Exercise objective - Output only the lines below that start at the line containing "#43=ORIENTED_EDGE('',*,*,#20,.F.);" and end at the line containing "#54=MANIFOLD_SOLID_BREP('',#53);", with both ends kept.

Saved entries:
..........

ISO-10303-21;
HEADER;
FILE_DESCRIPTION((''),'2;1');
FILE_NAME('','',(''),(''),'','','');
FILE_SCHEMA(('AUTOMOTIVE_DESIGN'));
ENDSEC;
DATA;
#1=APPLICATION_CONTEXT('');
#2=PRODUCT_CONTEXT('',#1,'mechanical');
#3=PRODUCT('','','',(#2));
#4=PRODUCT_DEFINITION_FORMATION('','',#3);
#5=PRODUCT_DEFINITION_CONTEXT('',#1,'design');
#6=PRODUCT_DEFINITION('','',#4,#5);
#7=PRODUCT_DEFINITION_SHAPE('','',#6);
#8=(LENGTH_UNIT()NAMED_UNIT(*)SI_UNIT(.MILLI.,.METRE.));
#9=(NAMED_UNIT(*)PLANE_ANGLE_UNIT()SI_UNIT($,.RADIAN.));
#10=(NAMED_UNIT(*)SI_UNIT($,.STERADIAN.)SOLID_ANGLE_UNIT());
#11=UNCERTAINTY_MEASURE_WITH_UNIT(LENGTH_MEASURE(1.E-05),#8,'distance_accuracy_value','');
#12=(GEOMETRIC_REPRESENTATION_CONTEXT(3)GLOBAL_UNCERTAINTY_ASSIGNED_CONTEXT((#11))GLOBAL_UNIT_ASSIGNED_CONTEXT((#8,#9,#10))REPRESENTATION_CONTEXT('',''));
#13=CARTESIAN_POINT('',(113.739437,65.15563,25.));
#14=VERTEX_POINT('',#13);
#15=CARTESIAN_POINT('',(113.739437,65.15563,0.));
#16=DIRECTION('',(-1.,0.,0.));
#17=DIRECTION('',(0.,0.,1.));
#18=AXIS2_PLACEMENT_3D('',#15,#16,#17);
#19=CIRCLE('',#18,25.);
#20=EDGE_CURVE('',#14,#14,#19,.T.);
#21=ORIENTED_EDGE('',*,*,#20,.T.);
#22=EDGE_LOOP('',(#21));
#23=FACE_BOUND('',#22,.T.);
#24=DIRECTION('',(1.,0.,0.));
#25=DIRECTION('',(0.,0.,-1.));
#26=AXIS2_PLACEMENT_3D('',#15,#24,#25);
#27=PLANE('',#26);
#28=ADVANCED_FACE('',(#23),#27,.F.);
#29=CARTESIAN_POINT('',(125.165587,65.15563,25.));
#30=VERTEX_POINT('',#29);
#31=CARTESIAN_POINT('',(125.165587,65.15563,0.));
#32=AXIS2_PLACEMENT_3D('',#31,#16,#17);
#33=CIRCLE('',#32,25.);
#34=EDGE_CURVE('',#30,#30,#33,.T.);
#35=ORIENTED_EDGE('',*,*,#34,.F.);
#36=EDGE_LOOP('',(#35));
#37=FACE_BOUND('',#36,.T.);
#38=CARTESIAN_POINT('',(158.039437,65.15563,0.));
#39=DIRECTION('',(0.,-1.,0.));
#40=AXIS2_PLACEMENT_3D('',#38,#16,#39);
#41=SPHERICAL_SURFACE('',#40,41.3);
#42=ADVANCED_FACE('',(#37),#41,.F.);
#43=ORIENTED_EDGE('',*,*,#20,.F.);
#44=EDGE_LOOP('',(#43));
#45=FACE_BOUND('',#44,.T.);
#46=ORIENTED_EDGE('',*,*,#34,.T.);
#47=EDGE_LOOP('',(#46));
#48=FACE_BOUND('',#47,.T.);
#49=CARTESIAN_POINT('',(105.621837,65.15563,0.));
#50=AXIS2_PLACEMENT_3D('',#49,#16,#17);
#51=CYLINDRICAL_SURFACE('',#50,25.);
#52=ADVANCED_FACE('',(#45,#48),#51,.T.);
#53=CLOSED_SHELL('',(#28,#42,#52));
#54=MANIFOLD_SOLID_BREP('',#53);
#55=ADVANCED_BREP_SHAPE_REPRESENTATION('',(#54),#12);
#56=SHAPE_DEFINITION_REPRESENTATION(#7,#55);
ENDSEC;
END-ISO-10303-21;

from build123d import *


with BuildPart() as part:
    # 草图1 → 旋转1 (revolve)
    with BuildSketch(Plane.XY, mode=Mode.PRIVATE) as revolve_1_sk:
        with BuildLine():
            Line((113.739437135, 65.155630457), (113.739437135, 90.155630457))
            Line((113.739437135, 90.155630457), (125.165587345, 90.155630457))
            ThreePointArc((125.165587345, 90.155630457), (118.902625842, 78.346536485), (116.739437135, 65.155630457))
            Line((116.739437135, 65.155630457), (113.739437135, 65.155630457))
        make_face()
    revolve(revolve_1_sk.sketch.rotate(Axis((105.621837124, 65.155630457, 0), (1, 0, 0)), 180), axis=Axis((105.621837124, 65.155630457, 0), (1, 0, 0)))  # turned: the seam where the file's is


solid = part.part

..........

Answer -
#43=ORIENTED_EDGE('',*,*,#20,.F.);
#44=EDGE_LOOP('',(#43));
#45=FACE_BOUND('',#44,.T.);
#46=ORIENTED_EDGE('',*,*,#34,.T.);
#47=EDGE_LOOP('',(#46));
#48=FACE_BOUND('',#47,.T.);
#49=CARTESIAN_POINT('',(105.621837,65.15563,0.));
#50=AXIS2_PLACEMENT_3D('',#49,#16,#17);
#51=CYLINDRICAL_SURFACE('',#50,25.);
#52=ADVANCED_FACE('',(#45,#48),#51,.T.);
#53=CLOSED_SHELL('',(#28,#42,#52));
#54=MANIFOLD_SOLID_BREP('',#53);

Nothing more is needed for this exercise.